At the European Hematology Association (EHA) conference on 8-11 June 2023, results were presented from the pivotal Phase II Monumental-1 single-arm, open-label study investigating talquetamab in adults with R/R MM who had received three or more prior lines of therapy. The patients received subcutaneous talquetamab at the recommended Phase II doses of 0.8mg/kg biweekly (Q2W) or 0.4mg/kg weekly (QW) with step-up doses. Notably, the overall response rate to talquetamab was found to be similar across both dosage regimens. Among the response-evaluable patients treated with the 0.4mg/kg QW dose, 74.1% achieved a positive response, with 59.4% achieving a very good partial response or better, 9.8% achieving a complete response, and 23.8% achieving a stringent complete response. The 12-month overall survival rates varied between the different cohorts, with 77.4% for the 0.8mg/kg Q2W dose, 76.4% for the 0.4mg/kg QW dose, and 62.9% for the prior T-cell redirection cohort. Importantly, the study demonstrated a low discontinuation rate of 8% in the 0.8mg/kg Q2W cohort and 5% in the 0.4mg/kg QW cohort due to adverse events, and no new safety concerns were observed during the longer-term follow-up period.

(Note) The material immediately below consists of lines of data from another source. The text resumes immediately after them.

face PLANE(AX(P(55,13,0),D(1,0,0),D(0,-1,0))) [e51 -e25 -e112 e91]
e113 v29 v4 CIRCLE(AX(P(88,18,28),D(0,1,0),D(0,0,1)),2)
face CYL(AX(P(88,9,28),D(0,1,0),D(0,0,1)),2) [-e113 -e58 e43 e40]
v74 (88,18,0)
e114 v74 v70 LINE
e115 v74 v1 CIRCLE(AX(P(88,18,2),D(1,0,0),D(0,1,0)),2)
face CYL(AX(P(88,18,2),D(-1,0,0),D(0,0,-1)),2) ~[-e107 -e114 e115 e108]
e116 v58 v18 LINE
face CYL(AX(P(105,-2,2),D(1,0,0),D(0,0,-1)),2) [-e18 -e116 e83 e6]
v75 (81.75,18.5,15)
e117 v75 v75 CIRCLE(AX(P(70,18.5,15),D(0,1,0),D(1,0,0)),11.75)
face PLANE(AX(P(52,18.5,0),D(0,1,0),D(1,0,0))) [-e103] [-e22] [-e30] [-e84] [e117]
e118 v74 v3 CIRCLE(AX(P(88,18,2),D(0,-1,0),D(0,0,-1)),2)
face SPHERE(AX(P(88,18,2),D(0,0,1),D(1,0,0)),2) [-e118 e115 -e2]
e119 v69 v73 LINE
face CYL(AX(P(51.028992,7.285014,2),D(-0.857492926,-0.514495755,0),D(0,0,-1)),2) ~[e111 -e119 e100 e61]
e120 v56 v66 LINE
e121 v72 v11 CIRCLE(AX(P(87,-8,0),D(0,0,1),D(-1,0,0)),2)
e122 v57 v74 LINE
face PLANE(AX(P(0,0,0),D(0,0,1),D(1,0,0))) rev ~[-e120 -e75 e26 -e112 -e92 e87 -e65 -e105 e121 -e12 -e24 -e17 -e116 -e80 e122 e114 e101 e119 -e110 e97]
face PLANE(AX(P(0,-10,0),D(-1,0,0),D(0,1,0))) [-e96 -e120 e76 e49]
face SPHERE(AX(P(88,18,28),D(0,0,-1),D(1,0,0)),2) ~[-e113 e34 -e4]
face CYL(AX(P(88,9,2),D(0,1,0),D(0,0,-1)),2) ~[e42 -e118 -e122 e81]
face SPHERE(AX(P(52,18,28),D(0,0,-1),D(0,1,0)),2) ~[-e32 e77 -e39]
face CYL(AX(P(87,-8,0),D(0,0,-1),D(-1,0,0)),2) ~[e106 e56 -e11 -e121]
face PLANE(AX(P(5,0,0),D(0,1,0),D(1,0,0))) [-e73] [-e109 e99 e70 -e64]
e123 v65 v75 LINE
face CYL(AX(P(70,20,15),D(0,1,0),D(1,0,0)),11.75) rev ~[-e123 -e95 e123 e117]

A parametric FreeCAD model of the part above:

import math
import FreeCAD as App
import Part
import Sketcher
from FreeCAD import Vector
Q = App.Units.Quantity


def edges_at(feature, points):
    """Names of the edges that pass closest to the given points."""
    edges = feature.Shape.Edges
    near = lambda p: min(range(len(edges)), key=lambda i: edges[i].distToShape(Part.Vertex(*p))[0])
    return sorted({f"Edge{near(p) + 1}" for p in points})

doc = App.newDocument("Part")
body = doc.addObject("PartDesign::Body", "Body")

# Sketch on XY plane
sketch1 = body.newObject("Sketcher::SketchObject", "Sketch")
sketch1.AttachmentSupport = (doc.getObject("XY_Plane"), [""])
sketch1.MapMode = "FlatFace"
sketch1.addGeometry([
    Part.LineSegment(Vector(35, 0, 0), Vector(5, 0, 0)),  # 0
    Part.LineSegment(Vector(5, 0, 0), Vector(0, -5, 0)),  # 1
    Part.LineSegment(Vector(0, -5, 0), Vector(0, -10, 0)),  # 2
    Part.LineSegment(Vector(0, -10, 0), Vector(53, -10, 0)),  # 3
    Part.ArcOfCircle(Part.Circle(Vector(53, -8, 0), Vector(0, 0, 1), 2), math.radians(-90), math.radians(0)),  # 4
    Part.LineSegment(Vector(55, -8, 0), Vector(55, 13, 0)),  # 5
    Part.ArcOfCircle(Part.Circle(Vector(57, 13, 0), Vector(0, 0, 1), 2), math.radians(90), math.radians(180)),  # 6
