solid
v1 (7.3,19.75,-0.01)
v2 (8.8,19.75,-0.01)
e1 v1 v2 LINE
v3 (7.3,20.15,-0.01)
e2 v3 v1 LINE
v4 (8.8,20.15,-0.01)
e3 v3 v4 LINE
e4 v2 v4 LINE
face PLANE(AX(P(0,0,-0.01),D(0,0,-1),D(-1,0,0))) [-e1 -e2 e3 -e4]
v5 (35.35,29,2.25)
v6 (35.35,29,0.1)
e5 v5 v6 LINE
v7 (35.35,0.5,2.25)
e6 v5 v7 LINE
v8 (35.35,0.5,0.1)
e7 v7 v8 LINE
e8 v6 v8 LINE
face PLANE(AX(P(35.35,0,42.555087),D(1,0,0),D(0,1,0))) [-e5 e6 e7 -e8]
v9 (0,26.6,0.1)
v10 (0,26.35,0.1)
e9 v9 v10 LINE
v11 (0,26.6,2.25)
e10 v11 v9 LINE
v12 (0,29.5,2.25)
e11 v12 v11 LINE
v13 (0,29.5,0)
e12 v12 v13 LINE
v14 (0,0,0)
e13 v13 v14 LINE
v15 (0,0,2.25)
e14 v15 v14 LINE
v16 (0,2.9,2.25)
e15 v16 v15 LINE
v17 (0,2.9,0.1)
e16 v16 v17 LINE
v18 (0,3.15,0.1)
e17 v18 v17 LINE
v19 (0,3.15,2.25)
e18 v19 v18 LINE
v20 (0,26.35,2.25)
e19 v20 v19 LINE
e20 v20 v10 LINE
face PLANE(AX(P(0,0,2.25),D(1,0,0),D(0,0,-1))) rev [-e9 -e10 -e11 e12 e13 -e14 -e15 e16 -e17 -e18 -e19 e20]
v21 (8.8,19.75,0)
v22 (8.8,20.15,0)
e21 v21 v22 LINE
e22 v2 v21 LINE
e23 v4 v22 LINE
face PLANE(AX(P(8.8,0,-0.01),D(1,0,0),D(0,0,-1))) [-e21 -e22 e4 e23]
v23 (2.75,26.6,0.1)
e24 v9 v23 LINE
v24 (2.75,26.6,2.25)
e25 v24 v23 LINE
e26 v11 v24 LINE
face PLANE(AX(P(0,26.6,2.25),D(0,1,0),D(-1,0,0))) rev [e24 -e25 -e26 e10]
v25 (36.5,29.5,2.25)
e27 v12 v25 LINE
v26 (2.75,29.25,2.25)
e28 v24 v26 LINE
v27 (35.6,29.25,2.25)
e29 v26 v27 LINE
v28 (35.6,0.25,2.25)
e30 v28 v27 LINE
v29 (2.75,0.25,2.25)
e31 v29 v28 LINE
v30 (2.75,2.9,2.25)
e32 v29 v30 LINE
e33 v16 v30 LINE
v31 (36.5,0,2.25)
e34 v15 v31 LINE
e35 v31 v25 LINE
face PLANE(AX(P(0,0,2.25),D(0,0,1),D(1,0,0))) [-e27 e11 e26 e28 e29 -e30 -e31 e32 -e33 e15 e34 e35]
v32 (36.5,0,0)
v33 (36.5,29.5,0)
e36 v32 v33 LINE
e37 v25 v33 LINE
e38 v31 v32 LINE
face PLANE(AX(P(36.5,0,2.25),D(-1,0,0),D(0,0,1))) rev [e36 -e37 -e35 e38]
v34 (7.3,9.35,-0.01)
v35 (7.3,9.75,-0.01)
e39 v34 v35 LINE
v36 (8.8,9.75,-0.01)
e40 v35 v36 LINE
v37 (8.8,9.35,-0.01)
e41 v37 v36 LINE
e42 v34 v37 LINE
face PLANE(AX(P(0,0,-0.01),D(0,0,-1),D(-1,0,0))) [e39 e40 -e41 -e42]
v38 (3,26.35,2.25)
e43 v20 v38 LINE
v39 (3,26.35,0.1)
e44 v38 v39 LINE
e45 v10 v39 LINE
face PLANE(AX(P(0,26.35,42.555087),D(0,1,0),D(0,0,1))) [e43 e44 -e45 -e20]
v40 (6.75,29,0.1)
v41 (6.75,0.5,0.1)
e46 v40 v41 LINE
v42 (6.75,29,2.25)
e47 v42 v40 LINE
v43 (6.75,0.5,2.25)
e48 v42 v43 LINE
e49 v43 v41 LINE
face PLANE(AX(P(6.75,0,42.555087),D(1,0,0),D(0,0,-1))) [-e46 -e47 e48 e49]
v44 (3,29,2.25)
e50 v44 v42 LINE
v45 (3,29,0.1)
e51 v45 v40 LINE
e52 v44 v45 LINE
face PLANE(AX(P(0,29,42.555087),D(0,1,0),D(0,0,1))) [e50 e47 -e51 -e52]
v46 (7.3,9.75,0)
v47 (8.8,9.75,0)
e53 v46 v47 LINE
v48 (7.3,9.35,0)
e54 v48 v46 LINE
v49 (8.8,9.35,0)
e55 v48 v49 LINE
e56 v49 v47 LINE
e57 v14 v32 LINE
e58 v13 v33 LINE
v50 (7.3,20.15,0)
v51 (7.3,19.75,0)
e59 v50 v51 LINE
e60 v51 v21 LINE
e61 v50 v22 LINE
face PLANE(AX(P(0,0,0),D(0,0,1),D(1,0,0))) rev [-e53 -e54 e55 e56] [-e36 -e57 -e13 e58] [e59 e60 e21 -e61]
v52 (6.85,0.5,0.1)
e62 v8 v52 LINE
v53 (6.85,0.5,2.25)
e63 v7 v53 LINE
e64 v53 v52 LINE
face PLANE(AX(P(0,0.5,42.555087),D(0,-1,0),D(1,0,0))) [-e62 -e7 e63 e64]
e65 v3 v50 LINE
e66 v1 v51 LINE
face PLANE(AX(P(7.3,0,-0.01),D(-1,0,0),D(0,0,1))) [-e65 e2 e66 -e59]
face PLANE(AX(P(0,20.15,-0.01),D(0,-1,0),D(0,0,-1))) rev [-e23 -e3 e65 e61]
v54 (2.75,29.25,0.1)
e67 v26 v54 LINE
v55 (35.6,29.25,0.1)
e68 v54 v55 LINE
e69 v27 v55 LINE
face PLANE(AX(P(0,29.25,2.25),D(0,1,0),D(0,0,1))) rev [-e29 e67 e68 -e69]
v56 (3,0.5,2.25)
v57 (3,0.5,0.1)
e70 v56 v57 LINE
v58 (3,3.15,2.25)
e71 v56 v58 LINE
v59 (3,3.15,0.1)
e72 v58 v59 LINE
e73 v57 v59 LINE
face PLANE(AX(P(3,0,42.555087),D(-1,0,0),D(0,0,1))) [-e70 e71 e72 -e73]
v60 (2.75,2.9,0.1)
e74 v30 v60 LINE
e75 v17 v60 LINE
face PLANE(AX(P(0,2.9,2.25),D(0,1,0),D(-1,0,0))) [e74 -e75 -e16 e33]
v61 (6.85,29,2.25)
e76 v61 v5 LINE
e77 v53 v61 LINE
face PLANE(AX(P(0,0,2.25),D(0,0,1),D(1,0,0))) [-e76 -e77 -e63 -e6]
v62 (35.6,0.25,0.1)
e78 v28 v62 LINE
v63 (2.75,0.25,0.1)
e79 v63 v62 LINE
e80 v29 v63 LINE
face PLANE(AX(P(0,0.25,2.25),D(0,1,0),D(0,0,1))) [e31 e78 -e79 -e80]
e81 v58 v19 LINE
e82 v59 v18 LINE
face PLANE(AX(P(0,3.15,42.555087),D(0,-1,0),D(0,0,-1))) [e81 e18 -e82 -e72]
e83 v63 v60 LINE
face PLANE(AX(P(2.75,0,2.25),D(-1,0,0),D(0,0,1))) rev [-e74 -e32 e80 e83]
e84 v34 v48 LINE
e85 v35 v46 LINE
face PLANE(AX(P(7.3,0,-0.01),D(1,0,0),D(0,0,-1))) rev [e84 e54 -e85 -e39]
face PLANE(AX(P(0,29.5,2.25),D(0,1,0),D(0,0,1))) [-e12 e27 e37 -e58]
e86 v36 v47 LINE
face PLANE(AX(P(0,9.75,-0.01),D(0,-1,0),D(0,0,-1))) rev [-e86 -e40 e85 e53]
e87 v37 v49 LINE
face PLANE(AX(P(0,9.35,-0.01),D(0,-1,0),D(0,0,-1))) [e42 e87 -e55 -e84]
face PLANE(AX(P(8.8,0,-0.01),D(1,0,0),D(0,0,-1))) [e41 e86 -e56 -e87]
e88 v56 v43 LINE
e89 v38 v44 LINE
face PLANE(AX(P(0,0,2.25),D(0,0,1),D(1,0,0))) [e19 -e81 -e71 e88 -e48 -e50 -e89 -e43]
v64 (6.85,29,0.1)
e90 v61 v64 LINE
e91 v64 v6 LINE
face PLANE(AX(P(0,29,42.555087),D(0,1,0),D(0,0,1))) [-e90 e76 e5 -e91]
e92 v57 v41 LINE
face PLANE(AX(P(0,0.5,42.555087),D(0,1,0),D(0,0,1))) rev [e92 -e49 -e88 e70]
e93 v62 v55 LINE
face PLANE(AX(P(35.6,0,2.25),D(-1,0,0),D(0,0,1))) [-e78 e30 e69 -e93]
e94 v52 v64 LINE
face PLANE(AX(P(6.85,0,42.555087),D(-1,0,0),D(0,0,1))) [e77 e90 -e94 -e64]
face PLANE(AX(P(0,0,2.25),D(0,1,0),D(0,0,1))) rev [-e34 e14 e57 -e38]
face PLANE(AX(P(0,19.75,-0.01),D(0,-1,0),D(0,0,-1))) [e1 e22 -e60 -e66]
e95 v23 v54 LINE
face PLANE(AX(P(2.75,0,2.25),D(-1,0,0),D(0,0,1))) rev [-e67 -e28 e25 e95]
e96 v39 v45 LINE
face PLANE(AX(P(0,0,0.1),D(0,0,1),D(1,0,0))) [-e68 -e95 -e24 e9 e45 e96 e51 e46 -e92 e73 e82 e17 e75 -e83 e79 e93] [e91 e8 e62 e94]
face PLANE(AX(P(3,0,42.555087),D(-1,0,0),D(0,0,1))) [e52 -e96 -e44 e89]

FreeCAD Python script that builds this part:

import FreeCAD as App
import Part
import Sketcher

doc = App.newDocument("Part")
body = doc.addObject("PartDesign::Body", "Body")

sketch1 = body.newObject("Sketcher::SketchObject", "Sketch")
sketch1.AttachmentSupport = (doc.getObject("XY_Plane"), [""])
sketch1.MapMode = "FlatFace"
sketch1.addGeometry(Part.LineSegment(App.Vector(36.5, 29.5, 0), App.Vector(0, 29.5, 0)), False)
sketch1.addGeometry(Part.LineSegment(App.Vector(0, 29.5, 0), App.Vector(0, 26.6, 0)), False)
sketch1.addGeometry(Part.LineSegment(App.Vector(0, 26.6, 0), App.Vector(2.8, 26.6, 0)), False)
sketch1.addGeometry(Part.LineSegment(App.Vector(2.8, 26.6, 0), App.Vector(2.8, 29.2, 0)), False)
sketch1.addGeometry(Part.LineSegment(App.Vector(2.8, 29.2, 0), App.Vector(35.6, 29.2, 0)), False)
sketch1.addGeometry(Part.LineSegment(App.Vector(35.6, 29.2, 0), App.Vector(35.6, 0.2, 0)), False)
sketch1.addGeometry(Part.LineSegment(App.Vector(35.6, 0.2, 0), App.Vector(2.8, 0.2, 0)), False)
sketch1.addGeometry(Part.LineSegment(App.Vector(2.8, 0.2, 0), App.Vector(2.8, 2.9, 0)), False)
sketch1.addGeometry(Part.LineSegment(App.Vector(2.8, 2.9, 0), App.Vector(0, 2.9, 0)), False)
sketch1.addGeometry(Part.LineSegment(App.Vector(0, 2.9, 0), App.Vector(0, 0, 0)), False)
sketch1.addGeometry(Part.LineSegment(App.Vector(0, 0, 0), App.Vector(36.5, 0, 0)), False)
sketch1.addGeometry(Part.LineSegment(App.Vector(36.5, 0, 0), App.Vector(36.5, 29.5, 0)), False)
sketch1.addConstraint(Sketcher.Constraint("Coincident", 0, 2, 1, 1))
sketch1.addConstraint(Sketcher.Constraint("Coincident", 1, 2, 2, 1))
sketch1.addConstraint(Sketcher.Constraint("Coincident", 2, 2, 3, 1))
sketch1.addConstraint(Sketcher.Constraint("Coincident", 3, 2, 4, 1))
sketch1.addConstraint(Sketcher.Constraint("Coincident", 4, 2, 5, 1))
sketch1.addConstraint(Sketcher.Constraint("Coincident", 5, 2, 6, 1))
sketch1.addConstraint(Sketcher.Constraint("Coincident", 6, 2, 7, 1))
sketch1.addConstraint(Sketcher.Constraint("Coincident", 7, 2, 8, 1))
sketch1.addConstraint(Sketcher.Constraint("Coincident", 8, 2, 9, 1))
sketch1.addConstraint(Sketcher.Constraint("Coincident", 9, 2, 10, 1))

Talquetamab offers a distinct competitive advantage with its innovative mode of action, enabling the treatment of patients resistant to anti-B cell maturation antigen (BCMA) therapeutics. While other competitors are conveniently administered via a subcutaneous route, talquetamab, administered intravenously, may become the agent of choice in later lines of therapy when other options are exhausted. Chimeric antigen receptor T cell (CAR-T) therapies are also gaining traction in the MM pipeline, which could be a potential threat; however, BiTEs, including talquetamab, offer speed and convenience, as they are “off-the-shelf” products, while autologous CAR-Ts need to be sent to an offsite manufacturing centre and typically require two weeks production time. As a first-in-class GPRC5D-targeting BiTE, Janssen’s talquetamab is set to have an advantage in the MM market, with GlobalData estimating it could launch as early as 2024 in the US.